DESCRIPTION OF THE TASK -> Write out the stretch of lines below that begins at the line with "v 2261.894 -508 1125.266" and ends at the line with "v 1778 101.6 914.4", including both, exactly as given and nothing more.

RECORDS PROVIDED ->
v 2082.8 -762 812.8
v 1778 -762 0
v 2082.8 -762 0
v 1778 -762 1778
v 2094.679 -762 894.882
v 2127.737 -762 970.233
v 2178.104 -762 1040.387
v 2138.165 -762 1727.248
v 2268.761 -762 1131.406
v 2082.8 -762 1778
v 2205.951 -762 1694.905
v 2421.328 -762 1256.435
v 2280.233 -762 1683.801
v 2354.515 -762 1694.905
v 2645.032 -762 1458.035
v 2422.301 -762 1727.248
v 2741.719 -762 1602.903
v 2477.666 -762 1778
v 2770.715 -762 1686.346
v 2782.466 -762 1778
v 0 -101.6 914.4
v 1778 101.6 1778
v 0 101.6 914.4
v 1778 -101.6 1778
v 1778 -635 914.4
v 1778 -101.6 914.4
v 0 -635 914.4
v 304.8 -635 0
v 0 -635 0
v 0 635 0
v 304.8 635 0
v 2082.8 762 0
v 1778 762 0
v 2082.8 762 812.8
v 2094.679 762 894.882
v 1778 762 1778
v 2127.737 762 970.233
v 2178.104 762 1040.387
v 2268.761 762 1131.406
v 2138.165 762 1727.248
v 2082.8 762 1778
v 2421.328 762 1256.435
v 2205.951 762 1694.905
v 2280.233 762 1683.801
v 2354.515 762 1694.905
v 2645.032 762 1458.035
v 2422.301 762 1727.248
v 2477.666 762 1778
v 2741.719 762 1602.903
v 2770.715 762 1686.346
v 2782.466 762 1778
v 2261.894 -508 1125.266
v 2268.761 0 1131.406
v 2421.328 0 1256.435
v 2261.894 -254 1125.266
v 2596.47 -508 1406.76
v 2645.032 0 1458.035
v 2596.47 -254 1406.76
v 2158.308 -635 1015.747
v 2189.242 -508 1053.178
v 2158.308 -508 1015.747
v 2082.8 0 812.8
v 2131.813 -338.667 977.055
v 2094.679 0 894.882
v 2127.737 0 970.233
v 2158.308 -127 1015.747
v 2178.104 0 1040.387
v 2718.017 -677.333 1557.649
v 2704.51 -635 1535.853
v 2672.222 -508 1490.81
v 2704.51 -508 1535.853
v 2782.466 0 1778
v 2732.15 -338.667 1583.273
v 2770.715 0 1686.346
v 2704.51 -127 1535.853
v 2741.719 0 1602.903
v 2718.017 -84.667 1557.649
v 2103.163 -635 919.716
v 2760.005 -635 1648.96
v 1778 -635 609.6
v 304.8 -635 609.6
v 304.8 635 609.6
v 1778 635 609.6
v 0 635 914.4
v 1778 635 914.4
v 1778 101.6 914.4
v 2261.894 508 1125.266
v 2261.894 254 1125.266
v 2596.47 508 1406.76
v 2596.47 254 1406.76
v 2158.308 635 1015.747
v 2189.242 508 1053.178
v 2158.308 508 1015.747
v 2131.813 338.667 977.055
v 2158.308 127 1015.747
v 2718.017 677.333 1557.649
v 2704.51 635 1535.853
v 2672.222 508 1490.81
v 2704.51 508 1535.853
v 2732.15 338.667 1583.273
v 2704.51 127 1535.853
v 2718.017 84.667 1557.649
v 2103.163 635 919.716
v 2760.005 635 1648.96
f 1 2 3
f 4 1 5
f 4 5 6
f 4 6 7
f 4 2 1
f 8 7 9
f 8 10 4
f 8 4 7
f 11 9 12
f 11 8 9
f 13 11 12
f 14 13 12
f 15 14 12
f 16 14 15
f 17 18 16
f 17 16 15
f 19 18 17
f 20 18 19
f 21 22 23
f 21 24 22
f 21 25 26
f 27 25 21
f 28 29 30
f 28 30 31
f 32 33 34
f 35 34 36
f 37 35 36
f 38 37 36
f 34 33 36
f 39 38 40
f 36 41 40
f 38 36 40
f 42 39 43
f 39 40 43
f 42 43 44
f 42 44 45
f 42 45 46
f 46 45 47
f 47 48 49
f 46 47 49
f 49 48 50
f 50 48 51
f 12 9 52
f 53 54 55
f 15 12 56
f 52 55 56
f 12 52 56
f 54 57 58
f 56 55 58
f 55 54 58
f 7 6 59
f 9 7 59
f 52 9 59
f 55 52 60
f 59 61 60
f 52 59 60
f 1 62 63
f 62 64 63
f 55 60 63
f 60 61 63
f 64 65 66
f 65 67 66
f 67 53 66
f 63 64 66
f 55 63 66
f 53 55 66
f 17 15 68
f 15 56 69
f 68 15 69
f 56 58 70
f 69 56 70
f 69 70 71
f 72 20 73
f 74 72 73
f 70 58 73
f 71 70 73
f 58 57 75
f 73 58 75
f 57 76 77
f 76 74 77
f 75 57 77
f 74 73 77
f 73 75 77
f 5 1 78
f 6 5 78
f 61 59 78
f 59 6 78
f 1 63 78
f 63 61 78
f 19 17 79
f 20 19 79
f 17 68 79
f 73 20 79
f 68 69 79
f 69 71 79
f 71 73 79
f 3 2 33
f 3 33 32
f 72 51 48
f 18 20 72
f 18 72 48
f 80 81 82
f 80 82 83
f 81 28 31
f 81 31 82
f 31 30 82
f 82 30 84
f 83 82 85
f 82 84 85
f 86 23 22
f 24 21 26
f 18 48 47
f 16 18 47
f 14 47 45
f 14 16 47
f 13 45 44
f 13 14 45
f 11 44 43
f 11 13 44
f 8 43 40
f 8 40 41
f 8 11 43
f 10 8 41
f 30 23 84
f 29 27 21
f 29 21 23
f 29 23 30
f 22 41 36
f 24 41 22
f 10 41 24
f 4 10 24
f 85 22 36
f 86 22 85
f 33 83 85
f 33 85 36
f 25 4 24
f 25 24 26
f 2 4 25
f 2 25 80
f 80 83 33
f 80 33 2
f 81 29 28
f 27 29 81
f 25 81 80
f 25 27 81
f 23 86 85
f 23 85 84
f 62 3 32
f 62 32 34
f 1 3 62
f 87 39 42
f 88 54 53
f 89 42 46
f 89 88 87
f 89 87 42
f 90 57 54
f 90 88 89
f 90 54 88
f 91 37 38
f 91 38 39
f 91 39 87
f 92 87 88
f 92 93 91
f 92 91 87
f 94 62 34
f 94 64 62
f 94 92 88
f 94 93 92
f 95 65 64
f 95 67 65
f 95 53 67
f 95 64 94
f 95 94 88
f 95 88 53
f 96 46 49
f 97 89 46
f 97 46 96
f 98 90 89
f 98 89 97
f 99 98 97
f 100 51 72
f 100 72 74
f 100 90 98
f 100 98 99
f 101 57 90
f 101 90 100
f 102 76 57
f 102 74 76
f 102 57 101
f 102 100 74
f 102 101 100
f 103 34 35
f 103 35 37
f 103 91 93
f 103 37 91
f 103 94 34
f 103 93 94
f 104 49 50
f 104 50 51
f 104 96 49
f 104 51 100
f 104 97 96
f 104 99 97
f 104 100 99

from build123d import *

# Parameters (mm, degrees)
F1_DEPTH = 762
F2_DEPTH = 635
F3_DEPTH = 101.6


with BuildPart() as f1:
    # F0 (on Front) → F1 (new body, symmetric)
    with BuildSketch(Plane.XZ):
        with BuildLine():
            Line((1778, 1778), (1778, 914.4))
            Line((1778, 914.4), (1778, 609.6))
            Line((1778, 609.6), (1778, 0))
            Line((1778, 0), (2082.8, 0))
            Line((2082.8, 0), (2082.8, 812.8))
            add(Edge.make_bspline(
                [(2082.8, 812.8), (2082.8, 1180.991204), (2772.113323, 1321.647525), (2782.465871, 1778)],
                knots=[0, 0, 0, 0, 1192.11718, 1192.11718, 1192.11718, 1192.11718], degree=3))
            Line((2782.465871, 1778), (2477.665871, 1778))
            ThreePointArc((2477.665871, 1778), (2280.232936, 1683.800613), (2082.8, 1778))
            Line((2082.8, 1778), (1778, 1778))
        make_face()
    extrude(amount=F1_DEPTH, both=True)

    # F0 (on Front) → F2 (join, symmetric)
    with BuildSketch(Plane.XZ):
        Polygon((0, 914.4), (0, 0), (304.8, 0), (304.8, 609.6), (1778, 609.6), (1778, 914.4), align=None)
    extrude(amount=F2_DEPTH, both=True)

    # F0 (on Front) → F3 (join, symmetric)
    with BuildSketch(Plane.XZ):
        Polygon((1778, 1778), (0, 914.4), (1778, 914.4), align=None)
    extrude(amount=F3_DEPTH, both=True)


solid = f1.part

EXERCISE SOLUTION ->
v 2261.894 -508 1125.266
v 2268.761 0 1131.406
v 2421.328 0 1256.435
v 2261.894 -254 1125.266
v 2596.47 -508 1406.76
v 2645.032 0 1458.035
v 2596.47 -254 1406.76
v 2158.308 -635 1015.747
v 2189.242 -508 1053.178
v 2158.308 -508 1015.747
v 2082.8 0 812.8
v 2131.813 -338.667 977.055
v 2094.679 0 894.882
v 2127.737 0 970.233
v 2158.308 -127 1015.747
v 2178.104 0 1040.387
v 2718.017 -677.333 1557.649
v 2704.51 -635 1535.853
v 2672.222 -508 1490.81
v 2704.51 -508 1535.853
v 2782.466 0 1778
v 2732.15 -338.667 1583.273
v 2770.715 0 1686.346
v 2704.51 -127 1535.853
v 2741.719 0 1602.903
v 2718.017 -84.667 1557.649
v 2103.163 -635 919.716
v 2760.005 -635 1648.96
v 1778 -635 609.6
v 304.8 -635 609.6
v 304.8 635 609.6
v 1778 635 609.6
v 0 635 914.4
v 1778 635 914.4
v 1778 101.6 914.4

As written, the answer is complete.